Ловкий розовый язык, розовая чувствительная женская кожа, розовые трусики рядом на кровати — у Мирона в голове звенит, все тело постепенно становится ватным, потому что смотреть на все это — пиздец непросто. Элли дышит глубоко, с постаныванием, ее упругие загорелые бедра сводит судорогой, грудь колышется, а когда Дима добавляет пальцы — Мирона и самого начинает невыносимо вести, так, словно они с Хинтером вдвоем и на кровати лежит вообще ни разу не Элли. Мягкие домашние штаны не особо скрывают чувства и эмоции, что смущает и бесит еще сильнее — таким ебланом Мирон себя не чувствовал уже давно: растерянный, со вставшим членом, неловко почесывающий нос, пока Дима рядом методично доводит телочку до первого за вечер оргазма. Ждать подхода второго и третьего вообще не хочется — мешанина из уязвленной гордости и стыда все-таки отрывает Мирона от гипнотических движений уверенного языка. Он смято бросает в пол возмущенное «бля, да вы совсем ебанулись» и неуверенно, сомневаясь, но все-таки ретируется за дверь.

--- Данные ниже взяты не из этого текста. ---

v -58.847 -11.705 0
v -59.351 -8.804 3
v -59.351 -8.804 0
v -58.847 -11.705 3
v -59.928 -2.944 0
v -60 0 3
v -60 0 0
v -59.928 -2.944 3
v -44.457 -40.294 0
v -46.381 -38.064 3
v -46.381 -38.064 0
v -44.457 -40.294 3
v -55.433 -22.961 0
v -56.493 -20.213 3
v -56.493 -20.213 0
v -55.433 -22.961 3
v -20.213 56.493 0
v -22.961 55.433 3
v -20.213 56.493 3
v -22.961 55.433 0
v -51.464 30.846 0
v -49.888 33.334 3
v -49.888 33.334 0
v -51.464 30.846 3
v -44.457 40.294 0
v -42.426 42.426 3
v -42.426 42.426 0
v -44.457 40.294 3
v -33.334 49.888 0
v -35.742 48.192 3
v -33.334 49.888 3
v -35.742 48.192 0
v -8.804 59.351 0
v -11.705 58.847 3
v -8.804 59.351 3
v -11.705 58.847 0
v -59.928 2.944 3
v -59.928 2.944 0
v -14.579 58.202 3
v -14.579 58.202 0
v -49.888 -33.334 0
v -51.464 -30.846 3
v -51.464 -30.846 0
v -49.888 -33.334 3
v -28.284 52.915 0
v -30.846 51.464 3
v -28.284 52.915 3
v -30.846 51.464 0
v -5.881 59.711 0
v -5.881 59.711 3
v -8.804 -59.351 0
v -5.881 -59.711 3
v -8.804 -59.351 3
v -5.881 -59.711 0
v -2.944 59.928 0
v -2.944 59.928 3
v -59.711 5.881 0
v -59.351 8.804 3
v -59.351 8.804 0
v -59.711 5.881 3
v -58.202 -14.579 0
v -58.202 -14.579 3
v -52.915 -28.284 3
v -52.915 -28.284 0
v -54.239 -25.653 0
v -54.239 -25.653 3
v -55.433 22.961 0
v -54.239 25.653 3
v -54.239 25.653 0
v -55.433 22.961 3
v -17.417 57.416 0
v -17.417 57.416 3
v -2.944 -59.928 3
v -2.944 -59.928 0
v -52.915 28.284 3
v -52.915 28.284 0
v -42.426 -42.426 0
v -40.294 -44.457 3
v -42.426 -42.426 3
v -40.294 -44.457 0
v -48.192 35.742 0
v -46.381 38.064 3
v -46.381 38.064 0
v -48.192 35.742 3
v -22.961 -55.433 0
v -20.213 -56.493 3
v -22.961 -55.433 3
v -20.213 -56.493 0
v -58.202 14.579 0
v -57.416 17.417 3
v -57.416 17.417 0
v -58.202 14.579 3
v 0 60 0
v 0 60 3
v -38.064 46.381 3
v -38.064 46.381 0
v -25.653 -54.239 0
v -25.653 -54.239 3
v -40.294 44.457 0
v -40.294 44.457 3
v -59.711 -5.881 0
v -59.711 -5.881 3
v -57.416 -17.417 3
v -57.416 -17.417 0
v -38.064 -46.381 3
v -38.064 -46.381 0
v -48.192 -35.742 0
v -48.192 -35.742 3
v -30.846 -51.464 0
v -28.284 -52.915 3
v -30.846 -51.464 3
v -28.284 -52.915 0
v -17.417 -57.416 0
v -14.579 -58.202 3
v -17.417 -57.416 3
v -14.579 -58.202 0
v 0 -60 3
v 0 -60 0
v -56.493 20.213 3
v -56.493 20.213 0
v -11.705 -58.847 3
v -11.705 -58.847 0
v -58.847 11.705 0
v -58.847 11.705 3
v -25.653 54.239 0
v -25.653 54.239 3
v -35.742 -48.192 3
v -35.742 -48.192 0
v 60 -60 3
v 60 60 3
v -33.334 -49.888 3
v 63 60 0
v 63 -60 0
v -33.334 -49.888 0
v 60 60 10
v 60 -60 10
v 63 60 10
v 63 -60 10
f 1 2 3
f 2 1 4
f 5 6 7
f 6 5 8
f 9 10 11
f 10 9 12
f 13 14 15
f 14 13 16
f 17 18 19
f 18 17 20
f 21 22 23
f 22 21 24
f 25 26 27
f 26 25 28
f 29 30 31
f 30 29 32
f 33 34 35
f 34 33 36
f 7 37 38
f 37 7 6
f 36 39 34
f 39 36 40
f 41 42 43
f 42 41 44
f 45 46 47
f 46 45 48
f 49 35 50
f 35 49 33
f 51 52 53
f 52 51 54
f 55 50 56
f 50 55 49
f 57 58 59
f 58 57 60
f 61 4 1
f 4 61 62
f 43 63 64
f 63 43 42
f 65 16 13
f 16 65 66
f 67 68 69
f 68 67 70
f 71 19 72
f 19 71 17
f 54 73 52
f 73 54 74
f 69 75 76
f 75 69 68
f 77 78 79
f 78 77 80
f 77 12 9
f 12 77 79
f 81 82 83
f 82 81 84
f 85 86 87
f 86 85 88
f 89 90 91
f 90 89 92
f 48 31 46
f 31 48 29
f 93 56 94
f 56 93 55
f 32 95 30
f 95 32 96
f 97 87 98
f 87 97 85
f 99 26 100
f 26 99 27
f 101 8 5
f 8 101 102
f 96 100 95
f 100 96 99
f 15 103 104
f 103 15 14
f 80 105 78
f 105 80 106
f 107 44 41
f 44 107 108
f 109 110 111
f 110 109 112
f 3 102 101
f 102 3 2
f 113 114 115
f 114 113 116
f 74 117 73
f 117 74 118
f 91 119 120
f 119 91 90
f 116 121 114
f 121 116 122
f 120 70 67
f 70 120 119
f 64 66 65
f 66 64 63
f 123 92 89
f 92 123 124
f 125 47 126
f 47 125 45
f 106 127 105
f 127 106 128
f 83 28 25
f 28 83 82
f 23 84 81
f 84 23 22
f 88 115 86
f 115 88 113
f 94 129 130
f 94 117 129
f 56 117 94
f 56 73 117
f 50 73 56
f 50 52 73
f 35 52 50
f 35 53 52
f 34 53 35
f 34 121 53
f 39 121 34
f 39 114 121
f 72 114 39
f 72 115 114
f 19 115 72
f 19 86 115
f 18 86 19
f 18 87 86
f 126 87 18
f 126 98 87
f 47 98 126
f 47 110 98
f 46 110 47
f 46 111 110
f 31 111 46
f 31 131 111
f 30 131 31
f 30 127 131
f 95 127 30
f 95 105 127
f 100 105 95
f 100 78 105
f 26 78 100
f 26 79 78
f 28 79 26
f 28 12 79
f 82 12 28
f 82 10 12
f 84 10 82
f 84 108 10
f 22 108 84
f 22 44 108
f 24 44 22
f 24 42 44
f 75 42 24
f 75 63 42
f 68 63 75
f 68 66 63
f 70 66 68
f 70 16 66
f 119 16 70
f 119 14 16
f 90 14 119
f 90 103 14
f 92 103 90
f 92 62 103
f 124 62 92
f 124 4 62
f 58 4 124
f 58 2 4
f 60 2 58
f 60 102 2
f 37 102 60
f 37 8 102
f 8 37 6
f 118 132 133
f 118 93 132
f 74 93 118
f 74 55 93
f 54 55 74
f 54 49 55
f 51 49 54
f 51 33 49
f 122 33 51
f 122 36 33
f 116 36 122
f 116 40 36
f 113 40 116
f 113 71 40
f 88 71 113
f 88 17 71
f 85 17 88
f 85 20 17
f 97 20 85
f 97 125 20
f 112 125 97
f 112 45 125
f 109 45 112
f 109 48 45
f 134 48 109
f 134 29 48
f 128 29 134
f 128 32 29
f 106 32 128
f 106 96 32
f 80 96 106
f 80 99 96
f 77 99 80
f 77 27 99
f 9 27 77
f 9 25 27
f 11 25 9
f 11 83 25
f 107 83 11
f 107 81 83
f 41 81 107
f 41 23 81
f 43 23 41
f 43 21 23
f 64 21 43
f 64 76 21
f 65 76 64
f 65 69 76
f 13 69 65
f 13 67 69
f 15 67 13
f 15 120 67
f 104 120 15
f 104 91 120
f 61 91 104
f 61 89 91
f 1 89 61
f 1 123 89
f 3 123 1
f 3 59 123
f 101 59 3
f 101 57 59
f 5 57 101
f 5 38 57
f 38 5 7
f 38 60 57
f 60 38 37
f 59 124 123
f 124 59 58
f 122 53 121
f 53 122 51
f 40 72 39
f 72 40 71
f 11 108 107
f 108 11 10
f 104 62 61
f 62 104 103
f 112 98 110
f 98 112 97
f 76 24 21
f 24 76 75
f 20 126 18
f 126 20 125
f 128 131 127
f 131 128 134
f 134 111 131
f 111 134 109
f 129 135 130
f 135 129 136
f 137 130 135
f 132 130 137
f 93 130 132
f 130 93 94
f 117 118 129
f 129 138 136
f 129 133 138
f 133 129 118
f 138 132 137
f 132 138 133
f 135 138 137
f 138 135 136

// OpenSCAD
$fn=128;
r=60;
t=3;

cylinder(r=r,h=t);
translate([0,-r,0]) cube([r,r*2,t]);
translate([r,-r,0]) cube([t,r*2,10]);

Чувствует себя хуево: тошнит сразу и от себя, и от Хинтера, и от телочки; чувство неправильности пульсирующе давит на голову, а противоречивое возбуждение — на член.
В комнате Шиллер и стакан остывшего чая уже не вызывают никакого интереса. Перед глазами — сраный Хинтер на коленях, тяжело дышащая Элли. Через стену прекрасно слышно, что с уходом Мирона действо не потеряло ни накала, ни интенсивности — наверное, Диме все-таки просто везёт на крикливых телок.

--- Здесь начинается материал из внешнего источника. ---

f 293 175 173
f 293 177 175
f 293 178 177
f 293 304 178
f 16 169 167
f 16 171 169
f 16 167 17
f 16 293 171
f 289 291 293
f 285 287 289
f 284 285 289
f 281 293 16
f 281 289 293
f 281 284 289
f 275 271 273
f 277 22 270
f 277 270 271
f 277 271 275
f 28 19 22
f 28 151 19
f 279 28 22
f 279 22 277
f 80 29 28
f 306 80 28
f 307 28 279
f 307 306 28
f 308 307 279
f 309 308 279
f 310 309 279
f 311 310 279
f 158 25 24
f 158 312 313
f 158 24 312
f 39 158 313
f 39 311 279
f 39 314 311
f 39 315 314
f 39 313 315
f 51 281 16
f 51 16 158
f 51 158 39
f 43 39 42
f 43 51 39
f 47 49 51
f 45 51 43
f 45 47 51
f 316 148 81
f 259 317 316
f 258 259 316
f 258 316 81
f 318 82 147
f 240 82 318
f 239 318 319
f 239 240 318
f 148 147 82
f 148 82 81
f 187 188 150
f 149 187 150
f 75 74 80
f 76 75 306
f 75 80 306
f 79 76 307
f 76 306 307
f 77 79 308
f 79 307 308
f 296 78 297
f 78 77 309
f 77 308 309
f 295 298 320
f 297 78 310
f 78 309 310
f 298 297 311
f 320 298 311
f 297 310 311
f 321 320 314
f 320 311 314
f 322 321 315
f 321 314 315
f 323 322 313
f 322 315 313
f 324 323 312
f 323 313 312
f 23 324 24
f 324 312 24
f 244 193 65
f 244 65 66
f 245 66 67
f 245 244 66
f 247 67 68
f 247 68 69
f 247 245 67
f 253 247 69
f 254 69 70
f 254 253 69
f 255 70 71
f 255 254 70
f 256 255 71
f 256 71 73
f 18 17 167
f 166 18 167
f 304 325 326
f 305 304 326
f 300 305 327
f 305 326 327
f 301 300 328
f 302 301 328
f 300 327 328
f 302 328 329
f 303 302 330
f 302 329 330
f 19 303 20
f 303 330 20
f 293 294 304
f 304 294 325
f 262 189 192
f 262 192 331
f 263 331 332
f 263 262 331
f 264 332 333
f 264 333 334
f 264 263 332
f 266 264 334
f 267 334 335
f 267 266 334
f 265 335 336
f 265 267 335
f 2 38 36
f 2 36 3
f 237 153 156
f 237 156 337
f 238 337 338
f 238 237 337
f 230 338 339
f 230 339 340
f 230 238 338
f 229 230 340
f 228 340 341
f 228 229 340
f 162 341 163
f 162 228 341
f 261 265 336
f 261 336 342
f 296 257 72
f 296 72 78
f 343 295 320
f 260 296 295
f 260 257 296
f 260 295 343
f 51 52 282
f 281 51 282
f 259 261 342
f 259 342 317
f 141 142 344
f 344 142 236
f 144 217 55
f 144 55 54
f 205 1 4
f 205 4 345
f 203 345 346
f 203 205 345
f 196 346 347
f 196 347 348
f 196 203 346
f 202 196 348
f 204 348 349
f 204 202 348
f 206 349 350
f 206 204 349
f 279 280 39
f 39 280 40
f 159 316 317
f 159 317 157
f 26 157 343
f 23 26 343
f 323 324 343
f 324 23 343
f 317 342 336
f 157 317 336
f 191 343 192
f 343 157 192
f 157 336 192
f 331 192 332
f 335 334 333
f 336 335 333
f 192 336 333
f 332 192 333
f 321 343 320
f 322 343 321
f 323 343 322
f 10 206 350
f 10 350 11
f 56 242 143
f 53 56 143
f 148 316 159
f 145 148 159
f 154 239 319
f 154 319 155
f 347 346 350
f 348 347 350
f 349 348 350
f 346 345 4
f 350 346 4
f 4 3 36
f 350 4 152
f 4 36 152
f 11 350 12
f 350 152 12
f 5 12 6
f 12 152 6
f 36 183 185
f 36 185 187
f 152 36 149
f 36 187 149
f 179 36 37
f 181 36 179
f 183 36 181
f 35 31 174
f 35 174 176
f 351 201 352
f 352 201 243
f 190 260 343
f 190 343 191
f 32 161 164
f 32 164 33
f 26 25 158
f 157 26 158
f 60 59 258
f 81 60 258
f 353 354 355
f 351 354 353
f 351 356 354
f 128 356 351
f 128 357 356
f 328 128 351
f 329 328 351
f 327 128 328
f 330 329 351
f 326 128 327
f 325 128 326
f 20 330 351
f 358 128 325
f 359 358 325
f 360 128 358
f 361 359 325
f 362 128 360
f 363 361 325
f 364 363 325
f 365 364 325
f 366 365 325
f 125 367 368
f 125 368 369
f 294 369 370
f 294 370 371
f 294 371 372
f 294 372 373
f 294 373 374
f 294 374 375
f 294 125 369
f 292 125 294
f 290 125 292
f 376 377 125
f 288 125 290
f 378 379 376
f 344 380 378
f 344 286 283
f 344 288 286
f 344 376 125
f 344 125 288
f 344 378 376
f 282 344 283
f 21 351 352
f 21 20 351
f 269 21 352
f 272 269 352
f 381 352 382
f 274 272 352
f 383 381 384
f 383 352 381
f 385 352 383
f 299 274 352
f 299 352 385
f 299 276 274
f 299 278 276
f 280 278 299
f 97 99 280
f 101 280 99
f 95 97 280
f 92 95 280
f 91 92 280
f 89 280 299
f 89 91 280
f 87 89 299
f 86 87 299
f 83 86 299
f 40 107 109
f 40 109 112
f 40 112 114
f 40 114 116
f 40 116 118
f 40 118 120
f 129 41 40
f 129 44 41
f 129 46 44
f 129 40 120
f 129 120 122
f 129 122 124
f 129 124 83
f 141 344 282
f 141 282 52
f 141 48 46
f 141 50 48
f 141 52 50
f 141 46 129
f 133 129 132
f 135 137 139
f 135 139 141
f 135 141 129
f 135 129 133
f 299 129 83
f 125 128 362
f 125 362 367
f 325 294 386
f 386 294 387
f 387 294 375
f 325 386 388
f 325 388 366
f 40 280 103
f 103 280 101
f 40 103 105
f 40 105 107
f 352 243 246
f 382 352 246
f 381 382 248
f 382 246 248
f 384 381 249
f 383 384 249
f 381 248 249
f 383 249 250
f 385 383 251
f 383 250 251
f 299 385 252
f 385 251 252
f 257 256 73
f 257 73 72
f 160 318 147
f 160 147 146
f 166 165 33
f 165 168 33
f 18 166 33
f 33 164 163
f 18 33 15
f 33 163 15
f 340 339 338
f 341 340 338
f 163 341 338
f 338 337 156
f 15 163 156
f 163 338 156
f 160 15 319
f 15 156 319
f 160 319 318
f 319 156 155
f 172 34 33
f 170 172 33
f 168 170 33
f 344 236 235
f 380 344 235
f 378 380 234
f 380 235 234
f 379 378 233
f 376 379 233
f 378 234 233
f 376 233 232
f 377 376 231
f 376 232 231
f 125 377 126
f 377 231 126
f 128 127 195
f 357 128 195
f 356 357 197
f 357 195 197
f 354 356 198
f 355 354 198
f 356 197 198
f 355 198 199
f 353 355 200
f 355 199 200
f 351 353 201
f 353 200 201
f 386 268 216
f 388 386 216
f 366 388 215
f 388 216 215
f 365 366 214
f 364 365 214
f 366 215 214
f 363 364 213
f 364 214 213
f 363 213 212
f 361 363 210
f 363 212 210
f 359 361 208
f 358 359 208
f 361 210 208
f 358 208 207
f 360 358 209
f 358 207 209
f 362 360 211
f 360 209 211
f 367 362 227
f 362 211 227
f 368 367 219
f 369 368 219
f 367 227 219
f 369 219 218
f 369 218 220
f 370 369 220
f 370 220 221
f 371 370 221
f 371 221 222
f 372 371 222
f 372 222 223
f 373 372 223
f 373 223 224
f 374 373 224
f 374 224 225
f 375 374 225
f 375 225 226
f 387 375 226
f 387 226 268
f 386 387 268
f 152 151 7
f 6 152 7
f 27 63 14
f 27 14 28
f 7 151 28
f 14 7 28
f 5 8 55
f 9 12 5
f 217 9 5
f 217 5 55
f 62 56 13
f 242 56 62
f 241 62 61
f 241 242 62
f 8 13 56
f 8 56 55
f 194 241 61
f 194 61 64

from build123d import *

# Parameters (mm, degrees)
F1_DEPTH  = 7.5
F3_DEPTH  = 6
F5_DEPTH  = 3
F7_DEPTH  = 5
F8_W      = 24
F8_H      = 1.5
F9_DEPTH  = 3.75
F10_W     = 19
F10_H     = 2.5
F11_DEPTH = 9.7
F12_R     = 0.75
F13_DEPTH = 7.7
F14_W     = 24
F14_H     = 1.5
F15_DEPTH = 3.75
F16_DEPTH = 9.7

Член настойчиво просит внимания, и, пока эти два уебка не видят, можно все-таки поучаствовать в процессе, но так, чтобы никто потом об этом с кривой ухмылкой не напомнил. Крем для рук — на ладонь, и Мирон падает на кровать. Руку в штаны, глаза закрыть и стараться представлять себя с Элли: это он сейчас выжимает из неё крики, это он, закончив с куни, толкается членом во влажный накрашенный ротик, это он…
Только эротические фантазии подвергать фильтрации почти невозможно, мысли упрямо сворачивают туда, где приятнее, не спрашивая у Мирона разрешения. В голове возникает картинка, от которой одновременно мучительно стыдно и пиздец как ведет: на кровати не Элли — сам Мирон, и хинтеровский шустрый язычок облизывает головку его члена. Мирон ведёт большим пальцем, ладонью, представляя на их месте Димин рот, вслушивается в женские стоны за стеной, стараясь выцепить из них хотя бы парочку глухих хинтеровских; чем дальше, тем сильнее во всей этой картинке отвлекают и бесят женские вскрики — настолько, что приходится дотянуться до тумбочки и воткнуть в уши плеер. Хер с ним, у Димы это длинный процесс, а Мирон передернет по-быстрому, умоется и свалит куда-нибудь на пару часов, чтобы они с телочкой точно закончили.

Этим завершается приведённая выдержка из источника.